• **ASSIGNED TASK**
Stop after the line containing "Rebuilt in FreeCAD, every": print each line exactly from the first line of the listing up to that point.

━━ EXTRACTED MATERIAL ━━

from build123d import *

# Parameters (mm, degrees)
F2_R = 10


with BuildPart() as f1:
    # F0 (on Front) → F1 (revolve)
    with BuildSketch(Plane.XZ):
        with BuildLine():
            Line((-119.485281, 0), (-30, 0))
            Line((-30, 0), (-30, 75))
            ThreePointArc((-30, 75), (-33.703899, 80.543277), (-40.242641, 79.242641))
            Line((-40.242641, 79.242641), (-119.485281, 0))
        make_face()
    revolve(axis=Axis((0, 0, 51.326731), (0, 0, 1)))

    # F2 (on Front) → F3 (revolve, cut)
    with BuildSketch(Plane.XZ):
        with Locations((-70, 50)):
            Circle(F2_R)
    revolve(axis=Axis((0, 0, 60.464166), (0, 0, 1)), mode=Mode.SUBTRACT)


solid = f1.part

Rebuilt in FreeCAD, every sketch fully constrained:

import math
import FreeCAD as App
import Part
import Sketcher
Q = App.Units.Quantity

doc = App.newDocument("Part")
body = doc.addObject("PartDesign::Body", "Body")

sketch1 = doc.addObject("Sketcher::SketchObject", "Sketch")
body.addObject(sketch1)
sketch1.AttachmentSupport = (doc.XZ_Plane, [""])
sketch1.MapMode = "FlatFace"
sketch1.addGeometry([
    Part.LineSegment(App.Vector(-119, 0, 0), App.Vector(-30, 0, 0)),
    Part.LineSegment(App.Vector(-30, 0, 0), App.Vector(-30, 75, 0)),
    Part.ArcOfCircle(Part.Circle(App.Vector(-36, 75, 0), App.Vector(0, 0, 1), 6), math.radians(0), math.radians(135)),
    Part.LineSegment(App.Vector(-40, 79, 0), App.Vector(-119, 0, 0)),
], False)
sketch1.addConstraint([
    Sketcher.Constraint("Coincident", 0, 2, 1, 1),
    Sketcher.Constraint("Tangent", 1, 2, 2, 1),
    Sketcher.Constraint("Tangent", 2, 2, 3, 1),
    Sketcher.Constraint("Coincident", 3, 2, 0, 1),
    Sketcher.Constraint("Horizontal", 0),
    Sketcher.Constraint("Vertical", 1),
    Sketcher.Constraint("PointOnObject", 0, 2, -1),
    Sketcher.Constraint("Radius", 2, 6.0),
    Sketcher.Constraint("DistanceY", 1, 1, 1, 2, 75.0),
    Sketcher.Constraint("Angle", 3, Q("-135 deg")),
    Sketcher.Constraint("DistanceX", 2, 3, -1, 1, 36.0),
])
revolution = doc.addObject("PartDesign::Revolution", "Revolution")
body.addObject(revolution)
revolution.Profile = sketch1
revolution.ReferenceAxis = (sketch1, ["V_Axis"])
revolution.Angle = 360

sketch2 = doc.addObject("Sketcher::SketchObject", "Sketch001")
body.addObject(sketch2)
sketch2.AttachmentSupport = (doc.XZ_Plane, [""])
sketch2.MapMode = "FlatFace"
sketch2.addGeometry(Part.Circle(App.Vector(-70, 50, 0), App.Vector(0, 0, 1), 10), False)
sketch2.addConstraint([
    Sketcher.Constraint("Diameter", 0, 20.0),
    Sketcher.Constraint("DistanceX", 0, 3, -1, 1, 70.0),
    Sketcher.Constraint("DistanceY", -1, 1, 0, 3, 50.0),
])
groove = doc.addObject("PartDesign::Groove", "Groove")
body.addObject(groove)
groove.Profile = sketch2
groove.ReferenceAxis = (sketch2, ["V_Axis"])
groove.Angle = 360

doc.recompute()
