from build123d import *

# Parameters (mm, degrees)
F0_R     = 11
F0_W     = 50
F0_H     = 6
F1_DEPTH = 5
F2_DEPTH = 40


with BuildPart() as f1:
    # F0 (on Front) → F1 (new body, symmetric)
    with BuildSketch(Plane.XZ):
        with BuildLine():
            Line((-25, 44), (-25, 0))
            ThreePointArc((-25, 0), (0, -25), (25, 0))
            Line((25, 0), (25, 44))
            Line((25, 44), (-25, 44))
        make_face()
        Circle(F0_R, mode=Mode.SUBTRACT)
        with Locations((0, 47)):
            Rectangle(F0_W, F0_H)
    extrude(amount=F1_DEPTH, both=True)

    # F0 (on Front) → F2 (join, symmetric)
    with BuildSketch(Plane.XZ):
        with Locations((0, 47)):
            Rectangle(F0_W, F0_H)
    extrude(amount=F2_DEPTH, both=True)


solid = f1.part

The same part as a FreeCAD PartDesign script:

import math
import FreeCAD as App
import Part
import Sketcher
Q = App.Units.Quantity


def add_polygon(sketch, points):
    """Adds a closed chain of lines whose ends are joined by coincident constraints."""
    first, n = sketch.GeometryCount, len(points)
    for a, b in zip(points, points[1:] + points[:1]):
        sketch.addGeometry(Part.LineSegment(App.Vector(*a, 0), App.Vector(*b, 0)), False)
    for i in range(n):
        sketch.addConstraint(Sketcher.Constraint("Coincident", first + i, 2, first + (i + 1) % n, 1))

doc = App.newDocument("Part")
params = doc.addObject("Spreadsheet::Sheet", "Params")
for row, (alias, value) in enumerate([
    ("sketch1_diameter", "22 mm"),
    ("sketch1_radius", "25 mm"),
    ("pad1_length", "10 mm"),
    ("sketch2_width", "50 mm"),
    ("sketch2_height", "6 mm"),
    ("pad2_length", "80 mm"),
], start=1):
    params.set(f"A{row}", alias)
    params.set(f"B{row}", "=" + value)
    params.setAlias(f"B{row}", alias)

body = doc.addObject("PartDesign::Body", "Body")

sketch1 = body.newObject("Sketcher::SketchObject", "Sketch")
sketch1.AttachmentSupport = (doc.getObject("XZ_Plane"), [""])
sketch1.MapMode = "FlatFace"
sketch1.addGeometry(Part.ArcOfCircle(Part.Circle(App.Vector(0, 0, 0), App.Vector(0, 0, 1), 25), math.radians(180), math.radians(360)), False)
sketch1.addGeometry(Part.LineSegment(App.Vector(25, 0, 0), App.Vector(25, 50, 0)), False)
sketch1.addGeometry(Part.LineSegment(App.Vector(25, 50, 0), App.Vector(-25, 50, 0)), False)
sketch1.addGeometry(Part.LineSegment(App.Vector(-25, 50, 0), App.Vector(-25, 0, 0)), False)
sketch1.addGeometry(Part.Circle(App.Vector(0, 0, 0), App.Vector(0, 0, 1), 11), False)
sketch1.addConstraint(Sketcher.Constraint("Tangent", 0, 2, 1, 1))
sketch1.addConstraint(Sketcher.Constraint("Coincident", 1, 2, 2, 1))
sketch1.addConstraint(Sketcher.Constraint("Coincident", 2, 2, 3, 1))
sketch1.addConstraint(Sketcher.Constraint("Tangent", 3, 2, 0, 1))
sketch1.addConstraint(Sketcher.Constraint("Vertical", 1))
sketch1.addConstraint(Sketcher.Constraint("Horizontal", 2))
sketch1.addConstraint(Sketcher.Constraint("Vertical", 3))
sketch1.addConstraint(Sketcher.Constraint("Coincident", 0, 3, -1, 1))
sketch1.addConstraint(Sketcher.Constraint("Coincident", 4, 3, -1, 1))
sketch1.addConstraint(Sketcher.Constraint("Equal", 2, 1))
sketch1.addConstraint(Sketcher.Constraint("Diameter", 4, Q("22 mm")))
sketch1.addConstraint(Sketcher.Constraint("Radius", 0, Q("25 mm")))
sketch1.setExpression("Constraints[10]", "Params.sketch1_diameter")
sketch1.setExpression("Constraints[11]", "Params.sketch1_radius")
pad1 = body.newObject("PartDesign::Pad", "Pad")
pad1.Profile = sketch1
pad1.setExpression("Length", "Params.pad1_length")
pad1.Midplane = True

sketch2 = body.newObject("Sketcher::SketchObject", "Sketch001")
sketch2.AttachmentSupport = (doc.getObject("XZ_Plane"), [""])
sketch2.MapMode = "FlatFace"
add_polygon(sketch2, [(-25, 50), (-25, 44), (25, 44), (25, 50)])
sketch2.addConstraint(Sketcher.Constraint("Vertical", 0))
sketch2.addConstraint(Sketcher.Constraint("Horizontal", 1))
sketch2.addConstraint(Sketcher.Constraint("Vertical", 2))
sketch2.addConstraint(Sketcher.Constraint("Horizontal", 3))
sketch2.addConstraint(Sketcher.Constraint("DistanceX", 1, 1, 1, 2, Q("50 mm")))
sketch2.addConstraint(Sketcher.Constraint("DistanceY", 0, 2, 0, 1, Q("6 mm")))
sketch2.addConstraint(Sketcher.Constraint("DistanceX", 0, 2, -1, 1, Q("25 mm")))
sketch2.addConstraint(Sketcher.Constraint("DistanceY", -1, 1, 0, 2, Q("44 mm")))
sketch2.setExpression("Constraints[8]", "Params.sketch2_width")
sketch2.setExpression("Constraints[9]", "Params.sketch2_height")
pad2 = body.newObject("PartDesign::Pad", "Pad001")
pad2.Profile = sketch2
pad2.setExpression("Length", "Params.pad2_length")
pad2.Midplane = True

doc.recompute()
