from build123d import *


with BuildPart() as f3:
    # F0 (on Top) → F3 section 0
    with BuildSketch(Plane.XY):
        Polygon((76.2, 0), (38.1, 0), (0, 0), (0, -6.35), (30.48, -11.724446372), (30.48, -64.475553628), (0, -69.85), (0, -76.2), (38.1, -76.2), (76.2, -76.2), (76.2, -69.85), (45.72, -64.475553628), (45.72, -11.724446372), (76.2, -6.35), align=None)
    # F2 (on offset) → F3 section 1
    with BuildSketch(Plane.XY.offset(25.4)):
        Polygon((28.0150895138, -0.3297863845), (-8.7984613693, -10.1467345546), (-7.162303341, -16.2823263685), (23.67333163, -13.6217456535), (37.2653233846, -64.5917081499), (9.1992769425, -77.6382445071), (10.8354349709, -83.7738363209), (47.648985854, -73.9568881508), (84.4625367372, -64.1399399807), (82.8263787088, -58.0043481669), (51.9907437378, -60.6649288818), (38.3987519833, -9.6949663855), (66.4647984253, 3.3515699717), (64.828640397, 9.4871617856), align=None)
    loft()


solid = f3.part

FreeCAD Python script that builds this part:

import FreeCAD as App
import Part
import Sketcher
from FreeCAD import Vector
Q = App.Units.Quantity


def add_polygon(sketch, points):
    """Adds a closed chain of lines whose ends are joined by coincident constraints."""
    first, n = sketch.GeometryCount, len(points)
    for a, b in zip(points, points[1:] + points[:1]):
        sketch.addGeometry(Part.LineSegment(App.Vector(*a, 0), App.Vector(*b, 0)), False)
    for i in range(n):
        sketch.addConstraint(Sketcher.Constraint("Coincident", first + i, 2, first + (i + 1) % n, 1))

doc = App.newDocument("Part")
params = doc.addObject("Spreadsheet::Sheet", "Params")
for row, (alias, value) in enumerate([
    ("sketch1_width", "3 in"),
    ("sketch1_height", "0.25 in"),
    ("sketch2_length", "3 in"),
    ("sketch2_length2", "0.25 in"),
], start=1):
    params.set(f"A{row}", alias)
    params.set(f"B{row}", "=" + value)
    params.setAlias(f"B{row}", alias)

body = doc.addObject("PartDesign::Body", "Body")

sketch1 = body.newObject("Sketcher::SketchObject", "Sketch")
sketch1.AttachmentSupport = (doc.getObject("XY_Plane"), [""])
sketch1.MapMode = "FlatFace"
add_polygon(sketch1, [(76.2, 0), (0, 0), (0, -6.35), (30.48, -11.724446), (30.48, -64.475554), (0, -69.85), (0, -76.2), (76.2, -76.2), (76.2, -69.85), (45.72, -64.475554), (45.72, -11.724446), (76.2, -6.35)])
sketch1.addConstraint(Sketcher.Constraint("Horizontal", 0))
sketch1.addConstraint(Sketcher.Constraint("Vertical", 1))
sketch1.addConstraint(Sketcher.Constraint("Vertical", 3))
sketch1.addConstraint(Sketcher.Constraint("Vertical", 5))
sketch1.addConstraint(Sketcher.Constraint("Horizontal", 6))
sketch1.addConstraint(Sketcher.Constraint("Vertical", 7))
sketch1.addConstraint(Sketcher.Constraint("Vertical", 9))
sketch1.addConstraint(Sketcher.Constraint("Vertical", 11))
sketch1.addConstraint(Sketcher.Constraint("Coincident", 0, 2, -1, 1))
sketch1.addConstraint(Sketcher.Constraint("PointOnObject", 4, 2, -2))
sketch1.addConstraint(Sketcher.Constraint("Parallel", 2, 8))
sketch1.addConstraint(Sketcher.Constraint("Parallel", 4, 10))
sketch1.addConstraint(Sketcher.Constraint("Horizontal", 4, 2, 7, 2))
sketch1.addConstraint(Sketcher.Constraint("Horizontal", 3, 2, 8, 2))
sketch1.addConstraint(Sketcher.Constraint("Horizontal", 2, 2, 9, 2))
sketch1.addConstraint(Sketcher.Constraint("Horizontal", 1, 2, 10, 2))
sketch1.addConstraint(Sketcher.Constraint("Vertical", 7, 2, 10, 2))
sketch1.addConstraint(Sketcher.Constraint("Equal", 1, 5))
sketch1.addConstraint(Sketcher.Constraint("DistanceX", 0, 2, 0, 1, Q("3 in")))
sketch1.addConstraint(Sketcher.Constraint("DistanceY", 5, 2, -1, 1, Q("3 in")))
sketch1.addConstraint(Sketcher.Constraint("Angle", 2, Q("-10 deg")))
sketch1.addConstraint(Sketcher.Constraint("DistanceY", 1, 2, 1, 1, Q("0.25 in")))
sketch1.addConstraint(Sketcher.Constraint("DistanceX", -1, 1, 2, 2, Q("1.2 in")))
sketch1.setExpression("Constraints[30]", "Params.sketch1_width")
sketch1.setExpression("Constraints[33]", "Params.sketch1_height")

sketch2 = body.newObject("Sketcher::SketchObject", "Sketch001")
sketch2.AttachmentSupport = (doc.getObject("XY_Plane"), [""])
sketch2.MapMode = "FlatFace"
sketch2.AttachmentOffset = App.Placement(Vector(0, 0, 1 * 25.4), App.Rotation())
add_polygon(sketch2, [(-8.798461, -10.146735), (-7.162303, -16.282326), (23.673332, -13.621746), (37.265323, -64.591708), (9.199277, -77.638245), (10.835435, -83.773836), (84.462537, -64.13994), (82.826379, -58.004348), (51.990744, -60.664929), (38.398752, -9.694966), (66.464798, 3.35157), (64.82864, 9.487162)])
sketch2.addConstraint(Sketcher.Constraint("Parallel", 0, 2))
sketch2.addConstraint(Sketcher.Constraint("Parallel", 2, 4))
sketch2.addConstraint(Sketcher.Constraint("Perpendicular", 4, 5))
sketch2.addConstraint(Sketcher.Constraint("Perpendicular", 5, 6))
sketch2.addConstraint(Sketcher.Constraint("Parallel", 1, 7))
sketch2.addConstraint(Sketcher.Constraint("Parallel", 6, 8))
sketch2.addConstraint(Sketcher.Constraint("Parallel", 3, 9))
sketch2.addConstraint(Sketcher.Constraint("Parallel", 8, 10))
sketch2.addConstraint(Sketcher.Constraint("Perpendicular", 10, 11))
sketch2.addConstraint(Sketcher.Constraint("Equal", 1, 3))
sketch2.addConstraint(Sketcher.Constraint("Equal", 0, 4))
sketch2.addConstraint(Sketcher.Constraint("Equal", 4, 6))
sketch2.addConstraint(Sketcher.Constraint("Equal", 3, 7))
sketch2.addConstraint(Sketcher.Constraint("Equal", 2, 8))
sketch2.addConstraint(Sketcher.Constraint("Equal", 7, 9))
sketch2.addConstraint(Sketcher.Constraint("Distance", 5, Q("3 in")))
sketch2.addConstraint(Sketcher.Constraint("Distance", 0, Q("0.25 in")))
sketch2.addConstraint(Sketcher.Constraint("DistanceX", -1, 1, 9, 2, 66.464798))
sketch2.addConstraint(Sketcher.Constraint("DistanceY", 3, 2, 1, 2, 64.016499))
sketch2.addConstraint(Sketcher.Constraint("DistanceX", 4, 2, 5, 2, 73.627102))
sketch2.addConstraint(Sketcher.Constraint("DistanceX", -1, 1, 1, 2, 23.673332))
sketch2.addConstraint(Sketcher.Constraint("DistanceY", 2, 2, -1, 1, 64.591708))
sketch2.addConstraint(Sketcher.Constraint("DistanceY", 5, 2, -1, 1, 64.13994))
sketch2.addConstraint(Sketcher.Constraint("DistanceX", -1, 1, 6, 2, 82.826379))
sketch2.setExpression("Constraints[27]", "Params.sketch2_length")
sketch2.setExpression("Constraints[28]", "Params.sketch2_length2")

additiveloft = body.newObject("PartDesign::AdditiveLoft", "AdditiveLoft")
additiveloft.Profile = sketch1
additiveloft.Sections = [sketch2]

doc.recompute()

━━━

• **SOLVED EXERCISE**
from build123d import *

# Parameters (mm, degrees)
F2_R = 10


with BuildPart() as f1:
    # F0 (on Front) → F1 (revolve)
    with BuildSketch(Plane.XZ):
        with BuildLine():
            Line((-119.485281, 0), (-30, 0))
            Line((-30, 0), (-30, 75))
            ThreePointArc((-30, 75), (-33.703899, 80.543277), (-40.242641, 79.242641))
            Line((-40.242641, 79.242641), (-119.485281, 0))
        make_face()
    revolve(axis=Axis((0, 0, 51.326731), (0, 0, 1)))

    # F2 (on Front) → F3 (revolve, cut)
    with BuildSketch(Plane.XZ):
        with Locations((-70, 50)):
            Circle(F2_R)
    revolve(axis=Axis((0, 0, 60.464166), (0, 0, 1)), mode=Mode.SUBTRACT)


solid = f1.part

Rebuilt in FreeCAD, every sketch fully constrained:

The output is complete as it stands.